A £21,000 deposit should be adequate for your first-time buyer on their £120,000 house to meet a lender’s LTV calculations, but the income multiples for your client are still four times salary - a multiple that still isn’t accepted by many lenders.

However, you have other options. Figures from Stuart Wilson at the Equity Release Club show that more than 1 in 10 people use equity release to help a family member with their purchase - and this is increasing.

So the next step is to ask for the introduction to the grandparents. This could be an alternative or an addition to the parents’ help; either way, you already have two referrals from the first-time buyer and will come across as both helpful and proactive to your new client.

The grandparents in our scenario are happy to help, and your factfind shows they have a £200,000 house and no mortgage. Once they have considered equity release it is not unusual for people to want to release equity for more than one purpose so it is likely that they will then release money for either home improvements, a holiday, to clear credit card debt, or just to improve their standard of living. A £40,000 release would be reasonable , with £15,000 going as a gift to their grandchild.

Your first-time buyer now has a £36,000 deposit, making both the LTV and the income multiples fit comfortably within most lenders’ criteria.

In addition you are likely to have made £1,500 of fees from the equity release advice. As equity release is such a complicated area, it would be worth recommending a specialist law firm e.g. one of the members of the Equity Release Solicitors Alliance (www.ersalaw.co.uk/) as they have specialist experience to ensure your case goes through quickly and smoothly.

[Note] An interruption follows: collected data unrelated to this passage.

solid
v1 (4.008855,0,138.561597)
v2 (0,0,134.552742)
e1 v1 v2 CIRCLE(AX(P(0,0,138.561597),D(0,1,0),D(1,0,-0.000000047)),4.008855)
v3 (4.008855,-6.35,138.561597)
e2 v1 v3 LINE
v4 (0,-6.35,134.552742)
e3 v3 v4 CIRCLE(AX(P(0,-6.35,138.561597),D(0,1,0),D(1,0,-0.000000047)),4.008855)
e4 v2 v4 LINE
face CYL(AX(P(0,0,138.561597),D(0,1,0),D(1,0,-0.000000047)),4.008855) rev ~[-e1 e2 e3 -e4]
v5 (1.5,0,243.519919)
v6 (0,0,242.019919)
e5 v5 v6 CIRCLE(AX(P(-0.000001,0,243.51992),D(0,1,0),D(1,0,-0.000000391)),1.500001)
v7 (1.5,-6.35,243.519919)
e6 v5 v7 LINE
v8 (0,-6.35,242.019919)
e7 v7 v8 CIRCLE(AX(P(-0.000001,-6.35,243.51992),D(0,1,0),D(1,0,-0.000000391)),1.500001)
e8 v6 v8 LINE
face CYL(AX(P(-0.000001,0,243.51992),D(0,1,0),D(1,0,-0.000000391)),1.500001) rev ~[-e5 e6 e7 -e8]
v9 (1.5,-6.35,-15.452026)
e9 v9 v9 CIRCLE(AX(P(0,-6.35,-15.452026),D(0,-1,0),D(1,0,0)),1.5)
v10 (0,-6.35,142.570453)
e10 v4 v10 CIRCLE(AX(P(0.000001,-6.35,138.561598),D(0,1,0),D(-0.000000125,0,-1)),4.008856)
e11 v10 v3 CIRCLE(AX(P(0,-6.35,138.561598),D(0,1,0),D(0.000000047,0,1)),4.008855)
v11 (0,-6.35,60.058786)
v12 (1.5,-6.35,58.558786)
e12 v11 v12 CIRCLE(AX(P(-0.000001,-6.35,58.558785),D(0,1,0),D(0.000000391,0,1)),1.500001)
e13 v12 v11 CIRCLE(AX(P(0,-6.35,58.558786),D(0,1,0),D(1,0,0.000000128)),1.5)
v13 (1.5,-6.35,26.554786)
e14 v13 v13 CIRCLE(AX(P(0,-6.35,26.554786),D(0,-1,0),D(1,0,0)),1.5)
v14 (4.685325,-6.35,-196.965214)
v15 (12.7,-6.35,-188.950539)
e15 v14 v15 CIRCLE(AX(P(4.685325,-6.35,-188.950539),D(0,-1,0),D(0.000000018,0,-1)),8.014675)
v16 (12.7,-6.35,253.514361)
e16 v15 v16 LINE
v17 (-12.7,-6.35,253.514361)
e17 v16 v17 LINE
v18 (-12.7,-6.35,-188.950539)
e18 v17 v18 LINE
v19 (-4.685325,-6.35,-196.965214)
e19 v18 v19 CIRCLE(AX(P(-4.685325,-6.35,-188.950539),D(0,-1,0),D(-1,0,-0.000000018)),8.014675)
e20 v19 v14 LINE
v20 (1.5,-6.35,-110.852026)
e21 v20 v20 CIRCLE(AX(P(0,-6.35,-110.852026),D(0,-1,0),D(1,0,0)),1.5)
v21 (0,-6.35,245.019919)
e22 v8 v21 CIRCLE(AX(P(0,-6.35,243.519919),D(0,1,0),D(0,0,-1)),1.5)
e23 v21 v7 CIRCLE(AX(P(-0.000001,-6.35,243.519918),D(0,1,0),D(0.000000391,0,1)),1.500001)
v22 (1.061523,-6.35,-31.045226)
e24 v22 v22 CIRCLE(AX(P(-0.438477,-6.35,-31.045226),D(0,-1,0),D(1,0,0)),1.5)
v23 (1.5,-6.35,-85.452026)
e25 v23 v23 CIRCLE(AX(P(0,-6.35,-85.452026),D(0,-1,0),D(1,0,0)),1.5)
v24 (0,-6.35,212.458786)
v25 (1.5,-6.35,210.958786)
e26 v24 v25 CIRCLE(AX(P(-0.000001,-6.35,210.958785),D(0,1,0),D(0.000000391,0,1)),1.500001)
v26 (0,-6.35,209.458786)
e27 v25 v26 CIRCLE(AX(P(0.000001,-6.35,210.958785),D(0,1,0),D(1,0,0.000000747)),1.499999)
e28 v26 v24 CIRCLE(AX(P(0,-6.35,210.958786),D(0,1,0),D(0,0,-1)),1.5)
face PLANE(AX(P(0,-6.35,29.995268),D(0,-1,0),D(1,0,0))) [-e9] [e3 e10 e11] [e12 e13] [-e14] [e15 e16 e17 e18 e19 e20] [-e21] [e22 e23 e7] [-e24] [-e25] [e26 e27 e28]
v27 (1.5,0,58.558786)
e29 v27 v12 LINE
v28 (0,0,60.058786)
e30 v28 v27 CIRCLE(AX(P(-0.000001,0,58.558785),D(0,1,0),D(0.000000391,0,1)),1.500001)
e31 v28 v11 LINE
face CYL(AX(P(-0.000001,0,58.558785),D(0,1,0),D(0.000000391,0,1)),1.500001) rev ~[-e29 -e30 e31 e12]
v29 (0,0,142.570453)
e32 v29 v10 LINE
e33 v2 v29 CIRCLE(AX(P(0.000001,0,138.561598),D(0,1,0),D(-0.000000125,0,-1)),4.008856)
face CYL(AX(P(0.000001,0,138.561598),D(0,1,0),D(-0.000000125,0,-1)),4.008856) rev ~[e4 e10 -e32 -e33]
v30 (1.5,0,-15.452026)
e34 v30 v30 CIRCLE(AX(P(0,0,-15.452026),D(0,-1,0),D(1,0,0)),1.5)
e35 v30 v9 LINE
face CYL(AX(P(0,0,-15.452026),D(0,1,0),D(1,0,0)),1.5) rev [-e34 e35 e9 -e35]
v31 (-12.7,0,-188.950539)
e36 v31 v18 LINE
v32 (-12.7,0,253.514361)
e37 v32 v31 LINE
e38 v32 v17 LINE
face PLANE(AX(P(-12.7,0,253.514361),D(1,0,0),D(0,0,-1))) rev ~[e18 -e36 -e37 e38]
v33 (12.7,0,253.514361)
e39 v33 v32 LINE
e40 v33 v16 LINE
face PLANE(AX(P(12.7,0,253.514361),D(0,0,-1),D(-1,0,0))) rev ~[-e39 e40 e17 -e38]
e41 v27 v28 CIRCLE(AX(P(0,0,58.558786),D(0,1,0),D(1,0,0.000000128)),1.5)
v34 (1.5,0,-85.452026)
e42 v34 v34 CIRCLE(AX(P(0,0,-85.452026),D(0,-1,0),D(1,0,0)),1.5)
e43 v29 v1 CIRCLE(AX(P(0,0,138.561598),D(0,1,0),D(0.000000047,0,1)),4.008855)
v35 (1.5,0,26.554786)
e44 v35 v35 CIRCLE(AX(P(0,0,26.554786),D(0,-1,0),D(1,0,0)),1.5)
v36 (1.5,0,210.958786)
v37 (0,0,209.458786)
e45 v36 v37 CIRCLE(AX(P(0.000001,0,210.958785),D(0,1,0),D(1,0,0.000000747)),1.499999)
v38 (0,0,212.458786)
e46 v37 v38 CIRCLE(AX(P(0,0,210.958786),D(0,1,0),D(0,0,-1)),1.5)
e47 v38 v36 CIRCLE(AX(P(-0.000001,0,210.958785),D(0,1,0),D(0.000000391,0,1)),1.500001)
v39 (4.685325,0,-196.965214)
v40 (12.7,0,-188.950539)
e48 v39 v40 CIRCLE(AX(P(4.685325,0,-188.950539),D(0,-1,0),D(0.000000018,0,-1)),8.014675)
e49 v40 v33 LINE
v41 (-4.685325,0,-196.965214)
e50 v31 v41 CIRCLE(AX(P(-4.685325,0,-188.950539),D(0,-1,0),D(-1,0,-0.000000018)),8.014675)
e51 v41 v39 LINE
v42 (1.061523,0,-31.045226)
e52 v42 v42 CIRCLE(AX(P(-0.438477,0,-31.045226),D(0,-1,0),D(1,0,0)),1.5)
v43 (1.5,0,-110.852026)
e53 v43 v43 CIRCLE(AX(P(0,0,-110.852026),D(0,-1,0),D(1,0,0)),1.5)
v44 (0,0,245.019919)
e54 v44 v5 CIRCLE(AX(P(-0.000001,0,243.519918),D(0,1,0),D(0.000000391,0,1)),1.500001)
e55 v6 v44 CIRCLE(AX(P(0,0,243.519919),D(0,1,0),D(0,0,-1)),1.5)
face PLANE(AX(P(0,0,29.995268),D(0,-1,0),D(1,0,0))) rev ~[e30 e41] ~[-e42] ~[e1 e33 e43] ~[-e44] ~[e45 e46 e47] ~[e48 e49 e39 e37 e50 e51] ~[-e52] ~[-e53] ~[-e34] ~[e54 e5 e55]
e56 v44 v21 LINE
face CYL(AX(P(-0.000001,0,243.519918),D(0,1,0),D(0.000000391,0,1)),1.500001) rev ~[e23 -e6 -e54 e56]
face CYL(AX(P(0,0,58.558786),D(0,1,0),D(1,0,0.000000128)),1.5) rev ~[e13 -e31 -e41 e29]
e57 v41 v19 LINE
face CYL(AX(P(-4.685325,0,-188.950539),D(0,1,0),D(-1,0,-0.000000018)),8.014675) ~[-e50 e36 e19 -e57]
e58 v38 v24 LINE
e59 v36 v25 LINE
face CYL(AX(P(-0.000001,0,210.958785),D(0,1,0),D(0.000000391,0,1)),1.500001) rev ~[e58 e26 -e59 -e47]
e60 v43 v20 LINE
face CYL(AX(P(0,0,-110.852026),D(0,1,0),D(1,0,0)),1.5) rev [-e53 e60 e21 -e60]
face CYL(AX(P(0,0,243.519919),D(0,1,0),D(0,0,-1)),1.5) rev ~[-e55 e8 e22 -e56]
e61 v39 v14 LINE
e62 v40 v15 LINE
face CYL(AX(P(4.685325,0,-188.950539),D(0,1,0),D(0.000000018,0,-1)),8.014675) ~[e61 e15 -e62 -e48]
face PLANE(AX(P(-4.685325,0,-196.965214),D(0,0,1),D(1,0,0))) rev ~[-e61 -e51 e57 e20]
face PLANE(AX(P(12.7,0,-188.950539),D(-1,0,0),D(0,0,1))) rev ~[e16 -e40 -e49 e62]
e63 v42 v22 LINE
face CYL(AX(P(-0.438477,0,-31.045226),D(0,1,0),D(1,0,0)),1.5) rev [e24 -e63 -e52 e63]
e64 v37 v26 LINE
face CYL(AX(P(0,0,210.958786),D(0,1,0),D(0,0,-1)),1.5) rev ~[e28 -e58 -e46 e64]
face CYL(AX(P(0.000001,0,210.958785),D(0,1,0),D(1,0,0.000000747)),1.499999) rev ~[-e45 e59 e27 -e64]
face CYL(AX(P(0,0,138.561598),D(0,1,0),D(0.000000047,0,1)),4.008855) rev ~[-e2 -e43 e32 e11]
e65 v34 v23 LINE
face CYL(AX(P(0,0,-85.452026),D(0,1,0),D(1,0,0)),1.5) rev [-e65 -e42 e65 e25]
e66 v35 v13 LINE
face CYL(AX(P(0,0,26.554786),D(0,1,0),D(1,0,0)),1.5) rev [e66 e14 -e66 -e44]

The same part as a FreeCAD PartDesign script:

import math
import FreeCAD as App
import Part
import Sketcher

doc = App.newDocument("Part")
body = doc.addObject("PartDesign::Body", "Body")

sketch1 = doc.addObject("Sketcher::SketchObject", "Sketch")
body.addObject(sketch1)
sketch1.AttachmentSupport = (doc.XZ_Plane, [""])
sketch1.MapMode = "FlatFace"
sketch1.addGeometry([
    Part.ArcOfCircle(Part.Circle(App.Vector(-4.7, -189, 0), App.Vector(0, 0, 1), 8), math.radians(-180), math.radians(-90)),
    Part.LineSegment(App.Vector(-4.7, -197, 0), App.Vector(4.7, -197, 0)),
    Part.ArcOfCircle(Part.Circle(App.Vector(4.7, -189, 0), App.Vector(0, 0, 1), 8), math.radians(-90), math.radians(0)),
    Part.LineSegment(App.Vector(12.7, -189, 0), App.Vector(12.7, 253.5, 0)),
    Part.LineSegment(App.Vector(12.7, 253.5, 0), App.Vector(-12.7, 253.5, 0)),
    Part.LineSegment(App.Vector(-12.7, 253.5, 0), App.Vector(-12.7, -189, 0)),
    Part.Circle(App.Vector(0, -110.9, 0), App.Vector(0, 0, 1), 1.5),
    Part.Circle(App.Vector(0, -85.5, 0), App.Vector(0, 0, 1), 1.5),
    Part.Circle(App.Vector(-0.4, -31, 0), App.Vector(0, 0, 1), 1.5),
    Part.Circle(App.Vector(0, -15.5, 0), App.Vector(0, 0, 1), 1.5),
    Part.Circle(App.Vector(0, 26.6, 0), App.Vector(0, 0, 1), 1.5),
    Part.ArcOfCircle(Part.Circle(App.Vector(0, 58.6, 0), App.Vector(0, 0, 1), 1.5), math.radians(0), math.radians(90)),
    Part.ArcOfCircle(Part.Circle(App.Vector(0, 58.6, 0), App.Vector(0, 0, 1), 1.5), math.radians(90), math.radians(360)),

Potential income from the grandparents: £1500

Cumulative return on £5 investment: £3,173

The first-time buyer mortgage

As you are now in a position to help your first-time buyer client you can find them their mortgage for £84,000. With a proc fee of 0.35 per cent this will earn you £294. Of course your client will need conveyancing too and is likely to need life assurance, income protection, critical illness cover and house and building insurance. All of which will raise you higher in their esteem while potentially earning you an additional £2,000 or more

Total potential income from first-time buyer: £2,294

£5 investment is now worth: £5,467

Even though we’ve achieved the £5k return we set out for, there’s still plenty of potential business left to write.

Aunts and uncles

If you are going through the equity release process with the grandparents, it is advisable to have a conversation with their children, as they will obviously be affected by the reduction in the value of their parents’ property either in the will or where health care is concerned if the grandparents were to become infirm.

Once you have dealt competently with the mortgages of the other people in the family, you will have gained the trust of at least two generations of the family so are in prime position to help any of the parents’ siblings with any of their financial requirements. At the very least you have gained another referral.

In time this could mean that you also look after the remortgage of the your original client’s aunts and/or uncles. With even one more remortgage of a £250,000 property, with a £160,000 mortgage and associated conveyancing and life assurance requirements you could earn approximately another £1,600 per sibling.

Looking forward

By looking after your initial client, their parents, grandparents and just one aunt or uncle you are likely to have made over £7000 – all from a client that initially looked unplaceable and which your competitors are likely to have dismissed.

But it doesn’t stop there – your first-time buyer is only at the beginning of their financial lifecycle. By doing a good job when you first meet them, helping them to get on the housing ladder and looking after all their general insurance needs you are likely to have gained a client for life.

By keeping in regular contact with that client you should be able to continue to help them with all of their forthcoming remortgages, house moves and insurance needs – and if you don’t deal with pensions, savings and investments, you can refer them to someone who does - you reinforce your client’s opinion that you can deal with all their financial needs and you can get another referral fee!